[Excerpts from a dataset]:

+===+

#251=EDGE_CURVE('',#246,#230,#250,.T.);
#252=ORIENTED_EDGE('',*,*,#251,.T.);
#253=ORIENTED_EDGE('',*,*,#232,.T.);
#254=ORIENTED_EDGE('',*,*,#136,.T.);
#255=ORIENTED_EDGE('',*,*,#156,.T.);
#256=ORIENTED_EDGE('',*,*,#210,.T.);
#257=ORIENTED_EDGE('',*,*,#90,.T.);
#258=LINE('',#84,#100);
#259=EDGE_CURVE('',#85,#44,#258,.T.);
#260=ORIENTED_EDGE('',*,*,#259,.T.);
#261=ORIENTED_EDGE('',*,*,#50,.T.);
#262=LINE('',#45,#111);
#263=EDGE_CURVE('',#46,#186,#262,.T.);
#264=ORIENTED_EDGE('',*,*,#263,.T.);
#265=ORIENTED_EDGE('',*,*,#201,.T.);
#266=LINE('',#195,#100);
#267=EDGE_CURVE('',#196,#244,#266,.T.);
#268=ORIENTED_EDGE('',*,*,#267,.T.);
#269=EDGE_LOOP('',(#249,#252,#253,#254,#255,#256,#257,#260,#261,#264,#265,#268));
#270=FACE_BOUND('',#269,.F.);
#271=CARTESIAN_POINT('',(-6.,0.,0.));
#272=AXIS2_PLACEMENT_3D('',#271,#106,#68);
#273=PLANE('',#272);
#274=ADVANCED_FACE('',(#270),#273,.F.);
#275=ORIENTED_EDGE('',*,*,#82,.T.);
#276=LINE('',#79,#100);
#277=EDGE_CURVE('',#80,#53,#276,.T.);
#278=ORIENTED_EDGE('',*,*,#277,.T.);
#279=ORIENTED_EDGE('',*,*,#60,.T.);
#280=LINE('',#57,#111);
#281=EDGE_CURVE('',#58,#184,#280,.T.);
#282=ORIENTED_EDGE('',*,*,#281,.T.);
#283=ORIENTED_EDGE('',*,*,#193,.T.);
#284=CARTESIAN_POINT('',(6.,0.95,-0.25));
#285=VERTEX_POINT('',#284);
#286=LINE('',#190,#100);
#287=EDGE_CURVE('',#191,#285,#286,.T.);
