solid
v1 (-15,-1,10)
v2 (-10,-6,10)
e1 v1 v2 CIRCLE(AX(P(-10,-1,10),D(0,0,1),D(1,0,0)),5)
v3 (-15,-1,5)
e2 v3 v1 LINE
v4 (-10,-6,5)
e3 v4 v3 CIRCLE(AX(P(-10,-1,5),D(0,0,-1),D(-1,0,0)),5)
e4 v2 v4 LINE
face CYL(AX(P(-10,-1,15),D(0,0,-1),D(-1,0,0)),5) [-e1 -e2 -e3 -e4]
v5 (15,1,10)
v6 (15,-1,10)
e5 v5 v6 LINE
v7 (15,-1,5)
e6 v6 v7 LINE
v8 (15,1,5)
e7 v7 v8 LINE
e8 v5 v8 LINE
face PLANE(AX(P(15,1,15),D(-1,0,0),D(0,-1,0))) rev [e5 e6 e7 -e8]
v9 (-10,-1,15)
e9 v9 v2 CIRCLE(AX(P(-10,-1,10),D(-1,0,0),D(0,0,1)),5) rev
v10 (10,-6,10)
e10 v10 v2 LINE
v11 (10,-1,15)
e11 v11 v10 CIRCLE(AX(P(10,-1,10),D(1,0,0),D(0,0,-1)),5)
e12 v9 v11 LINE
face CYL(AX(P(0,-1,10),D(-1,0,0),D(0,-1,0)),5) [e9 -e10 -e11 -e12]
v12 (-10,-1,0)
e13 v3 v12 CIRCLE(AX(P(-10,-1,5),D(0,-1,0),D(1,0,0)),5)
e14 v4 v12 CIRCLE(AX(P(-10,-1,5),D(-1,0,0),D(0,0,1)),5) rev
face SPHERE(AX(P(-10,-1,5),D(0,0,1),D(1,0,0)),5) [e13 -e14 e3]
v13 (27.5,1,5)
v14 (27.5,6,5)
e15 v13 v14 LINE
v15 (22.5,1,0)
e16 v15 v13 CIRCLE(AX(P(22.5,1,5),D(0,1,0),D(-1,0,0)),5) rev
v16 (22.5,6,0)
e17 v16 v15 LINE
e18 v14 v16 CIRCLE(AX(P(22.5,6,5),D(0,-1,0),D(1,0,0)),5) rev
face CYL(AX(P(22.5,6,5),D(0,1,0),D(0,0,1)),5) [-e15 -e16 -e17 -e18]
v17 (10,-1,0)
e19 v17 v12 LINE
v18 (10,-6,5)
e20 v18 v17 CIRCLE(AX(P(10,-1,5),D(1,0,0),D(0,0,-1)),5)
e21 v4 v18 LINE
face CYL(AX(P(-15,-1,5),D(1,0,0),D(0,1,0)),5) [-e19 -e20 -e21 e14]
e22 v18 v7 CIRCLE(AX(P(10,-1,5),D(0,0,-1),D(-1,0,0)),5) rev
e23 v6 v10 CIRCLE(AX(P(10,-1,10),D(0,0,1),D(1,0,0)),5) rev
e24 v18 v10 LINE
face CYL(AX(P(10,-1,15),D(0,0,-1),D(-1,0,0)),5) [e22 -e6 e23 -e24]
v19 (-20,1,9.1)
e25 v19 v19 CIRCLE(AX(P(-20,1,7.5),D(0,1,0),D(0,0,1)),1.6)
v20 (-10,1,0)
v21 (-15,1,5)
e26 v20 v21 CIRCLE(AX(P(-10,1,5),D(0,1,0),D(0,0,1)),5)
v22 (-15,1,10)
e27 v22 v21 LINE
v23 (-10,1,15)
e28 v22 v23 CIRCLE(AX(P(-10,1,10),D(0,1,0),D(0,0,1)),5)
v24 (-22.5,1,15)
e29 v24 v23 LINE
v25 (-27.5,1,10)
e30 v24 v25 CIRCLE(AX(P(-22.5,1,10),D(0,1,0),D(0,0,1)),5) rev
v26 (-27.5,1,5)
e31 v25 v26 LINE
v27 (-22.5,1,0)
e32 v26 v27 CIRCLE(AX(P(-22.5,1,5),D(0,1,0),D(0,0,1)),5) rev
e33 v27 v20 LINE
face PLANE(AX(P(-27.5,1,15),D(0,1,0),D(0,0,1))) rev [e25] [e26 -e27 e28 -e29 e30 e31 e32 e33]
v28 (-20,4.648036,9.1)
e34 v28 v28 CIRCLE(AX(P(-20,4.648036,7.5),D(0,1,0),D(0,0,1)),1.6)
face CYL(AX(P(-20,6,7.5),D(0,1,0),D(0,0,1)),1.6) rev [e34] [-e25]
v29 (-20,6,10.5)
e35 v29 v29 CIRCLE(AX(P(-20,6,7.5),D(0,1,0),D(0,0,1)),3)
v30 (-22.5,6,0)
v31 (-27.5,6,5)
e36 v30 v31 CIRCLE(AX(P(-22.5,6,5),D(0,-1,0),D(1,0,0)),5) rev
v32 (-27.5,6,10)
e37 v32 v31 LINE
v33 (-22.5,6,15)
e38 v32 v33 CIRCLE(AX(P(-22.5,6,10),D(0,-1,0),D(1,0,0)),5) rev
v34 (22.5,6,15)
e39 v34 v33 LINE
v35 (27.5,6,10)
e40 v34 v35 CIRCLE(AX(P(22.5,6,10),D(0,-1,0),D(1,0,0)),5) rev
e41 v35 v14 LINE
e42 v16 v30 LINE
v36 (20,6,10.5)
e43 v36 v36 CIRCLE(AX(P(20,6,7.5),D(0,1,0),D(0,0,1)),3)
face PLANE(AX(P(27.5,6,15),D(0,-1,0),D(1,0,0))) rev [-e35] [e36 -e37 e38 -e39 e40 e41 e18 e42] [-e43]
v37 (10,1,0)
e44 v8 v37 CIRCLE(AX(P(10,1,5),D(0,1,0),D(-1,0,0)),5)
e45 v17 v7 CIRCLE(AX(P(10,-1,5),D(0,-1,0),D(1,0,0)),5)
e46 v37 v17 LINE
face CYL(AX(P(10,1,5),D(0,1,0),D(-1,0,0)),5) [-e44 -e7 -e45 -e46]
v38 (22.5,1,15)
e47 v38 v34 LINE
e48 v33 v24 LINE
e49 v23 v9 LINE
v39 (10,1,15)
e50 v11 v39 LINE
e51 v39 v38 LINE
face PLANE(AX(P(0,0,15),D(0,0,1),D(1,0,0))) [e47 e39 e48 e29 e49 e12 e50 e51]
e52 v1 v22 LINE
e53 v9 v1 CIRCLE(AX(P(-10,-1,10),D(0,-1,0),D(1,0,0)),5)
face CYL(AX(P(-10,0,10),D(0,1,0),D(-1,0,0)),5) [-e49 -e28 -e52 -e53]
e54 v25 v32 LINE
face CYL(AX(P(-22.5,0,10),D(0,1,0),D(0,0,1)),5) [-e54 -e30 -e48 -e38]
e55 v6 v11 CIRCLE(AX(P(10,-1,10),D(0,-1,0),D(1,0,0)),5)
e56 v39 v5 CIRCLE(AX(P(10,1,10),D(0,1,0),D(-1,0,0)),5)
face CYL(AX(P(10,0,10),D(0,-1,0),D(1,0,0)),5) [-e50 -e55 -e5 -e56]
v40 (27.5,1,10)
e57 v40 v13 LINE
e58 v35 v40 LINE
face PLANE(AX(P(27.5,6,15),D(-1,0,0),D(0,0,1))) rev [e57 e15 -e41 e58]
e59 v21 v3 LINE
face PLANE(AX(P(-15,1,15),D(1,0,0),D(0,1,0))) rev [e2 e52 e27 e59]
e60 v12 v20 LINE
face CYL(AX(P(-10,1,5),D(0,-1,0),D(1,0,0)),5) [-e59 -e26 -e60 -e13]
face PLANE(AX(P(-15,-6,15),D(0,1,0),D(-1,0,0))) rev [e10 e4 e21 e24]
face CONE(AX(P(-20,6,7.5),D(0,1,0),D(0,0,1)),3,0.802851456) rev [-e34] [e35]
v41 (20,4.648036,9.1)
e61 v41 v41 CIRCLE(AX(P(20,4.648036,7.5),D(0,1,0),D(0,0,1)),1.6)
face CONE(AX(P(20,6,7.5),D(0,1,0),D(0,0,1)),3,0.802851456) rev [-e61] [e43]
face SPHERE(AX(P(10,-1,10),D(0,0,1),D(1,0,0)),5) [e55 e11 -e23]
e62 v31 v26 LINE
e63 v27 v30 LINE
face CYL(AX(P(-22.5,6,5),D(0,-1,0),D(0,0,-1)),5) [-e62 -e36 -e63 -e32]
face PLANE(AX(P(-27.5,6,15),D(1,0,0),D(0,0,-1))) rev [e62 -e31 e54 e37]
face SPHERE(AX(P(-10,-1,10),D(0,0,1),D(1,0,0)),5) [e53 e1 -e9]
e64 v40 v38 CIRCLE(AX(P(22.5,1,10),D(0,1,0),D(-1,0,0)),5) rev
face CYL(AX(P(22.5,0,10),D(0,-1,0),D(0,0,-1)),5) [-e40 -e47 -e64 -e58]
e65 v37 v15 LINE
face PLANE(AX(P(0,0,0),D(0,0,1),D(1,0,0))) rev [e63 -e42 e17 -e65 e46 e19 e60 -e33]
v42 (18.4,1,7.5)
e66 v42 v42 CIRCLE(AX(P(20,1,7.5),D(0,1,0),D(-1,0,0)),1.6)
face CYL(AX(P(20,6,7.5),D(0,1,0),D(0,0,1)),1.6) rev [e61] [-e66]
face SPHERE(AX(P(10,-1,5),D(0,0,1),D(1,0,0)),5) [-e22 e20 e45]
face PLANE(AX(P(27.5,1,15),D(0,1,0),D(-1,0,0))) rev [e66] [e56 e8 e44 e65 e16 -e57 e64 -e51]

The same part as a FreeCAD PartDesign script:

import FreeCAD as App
import Part
import Sketcher
Q = App.Units.Quantity


def edges_at(feature, points):
    """Names of the edges that pass closest to the given points."""
    edges = feature.Shape.Edges
    near = lambda p: min(range(len(edges)), key=lambda i: edges[i].distToShape(Part.Vertex(*p))[0])
    return sorted({f"Edge{near(p) + 1}" for p in points})


def add_polygon(sketch, points):
    """Adds a closed chain of lines whose ends are joined by coincident constraints."""
    first, n = sketch.GeometryCount, len(points)
    for a, b in zip(points, points[1:] + points[:1]):
        sketch.addGeometry(Part.LineSegment(App.Vector(*a, 0), App.Vector(*b, 0)), False)
    for i in range(n):
        sketch.addConstraint(Sketcher.Constraint("Coincident", first + i, 2, first + (i + 1) % n, 1))

doc = App.newDocument("Part")
body = doc.addObject("PartDesign::Body", "Body")

# Sketch on XY plane
sketch1 = doc.addObject("Sketcher::SketchObject", "Sketch")
body.addObject(sketch1)
sketch1.AttachmentSupport = (doc.XY_Plane, [""])
sketch1.MapMode = "FlatFace"
add_polygon(sketch1, [(28, 6), (-28, 6), (-28, 1), (-15, 1), (-15, -6), (15, -6), (15, 1), (28, 1)])  # lines 0-7
sketch1.addConstraint([
    Sketcher.Constraint("Horizontal", 0),
    Sketcher.Constraint("Vertical", 1),
    Sketcher.Constraint("Horizontal", 2),
    Sketcher.Constraint("Vertical", 3),
    Sketcher.Constraint("Horizontal", 4),
    Sketcher.Constraint("Vertical", 5),
    Sketcher.Constraint("Horizontal", 6),
    Sketcher.Constraint("Vertical", 7),
    Sketcher.Constraint("Symmetric", 2, 2, 5, 2, -2),
    Sketcher.Constraint("Equal", 2, 6),
    Sketcher.Constraint("DistanceX", 0, 2, 0, 1, Q("55 mm")),
    Sketcher.Constraint("DistanceX", 4, 1, 4, 2, Q("30 mm")),
    Sketcher.Constraint("DistanceY", 1, 2, 1, 1, Q("5 mm")),
    Sketcher.Constraint("DistanceY", 3, 2, 3, 1, Q("7 mm")),
    Sketcher.Constraint("DistanceY", -1, 1, 0, 2, Q("6 mm")),
])
pad1 = doc.addObject("PartDesign::Pad", "Pad")
body.addObject(pad1)
pad1.Profile = sketch1
pad1.Length = 15

# Sketch on XZ plane
sketch2 = doc.addObject("Sketcher::SketchObject", "Sketch001")
body.addObject(sketch2)
sketch2.AttachmentSupport = (doc.XZ_Plane, [""])
sketch2.MapMode = "FlatFace"
sketch2.AttachmentOffset = App.Placement(App.Vector(0, 0, -6), App.Rotation())
sketch2.addGeometry([
    Part.Circle(App.Vector(-20, 7.5, 0), App.Vector(0, 0, 1), 1.6),
    Part.Circle(App.Vector(20, 7.5, 0), App.Vector(0, 0, 1), 1.6),
], False)
sketch2.addConstraint([
    Sketcher.Constraint("Equal", 0, 1),
    Sketcher.Constraint("Symmetric", 0, 3, 1, 3, -2),
    Sketcher.Constraint("Diameter", 0, Q("3.2 mm")),
    Sketcher.Constraint("DistanceX", 0, 3, -1, 1, Q("20 mm")),
    Sketcher.Constraint("DistanceY", -1, 1, 0, 3, Q("7.5 mm")),
])
doc.recompute()
hole = doc.addObject("PartDesign::Hole", "Hole")
body.addObject(hole)
hole.Profile = sketch2
hole.ThreadType = "None"
hole.Diameter = 3.2
hole.DepthType = "ThroughAll"
hole.HoleCutType = "Countersink"
hole.HoleCutDiameter = 6
hole.HoleCutCountersinkAngle = 92
hole.Reversed = True
doc.recompute()

fillet = doc.addObject("PartDesign::Fillet", "Fillet")
body.addObject(fillet)
fillet.Base = (hole, edges_at(hole, [
    (-15, -2.5, 15),
    (-27.5, 3.5, 0),
    (0, -6, 15),
    (15, -6, 7.5),
    (-15, -6, 7.5),
    (15, -2.5, 15),
    (27.5, 3.5, 15),
    (-27.5, 3.5, 15),
    (27.5, 3.5, 0),
    (15, -2.5, 0),
    (0, -6, 0),
    (-15, -2.5, 0),
]))
fillet.Radius = 5

doc.recompute()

+===+

[Try it]: Starting from the data above, filter for lines with "CONE" and copy each one.

[Task response]:
face CONE(AX(P(-20,6,7.5),D(0,1,0),D(0,0,1)),3,0.802851456) rev [-e34] [e35]
face CONE(AX(P(20,6,7.5),D(0,1,0),D(0,0,1)),3,0.802851456) rev [-e61] [e43]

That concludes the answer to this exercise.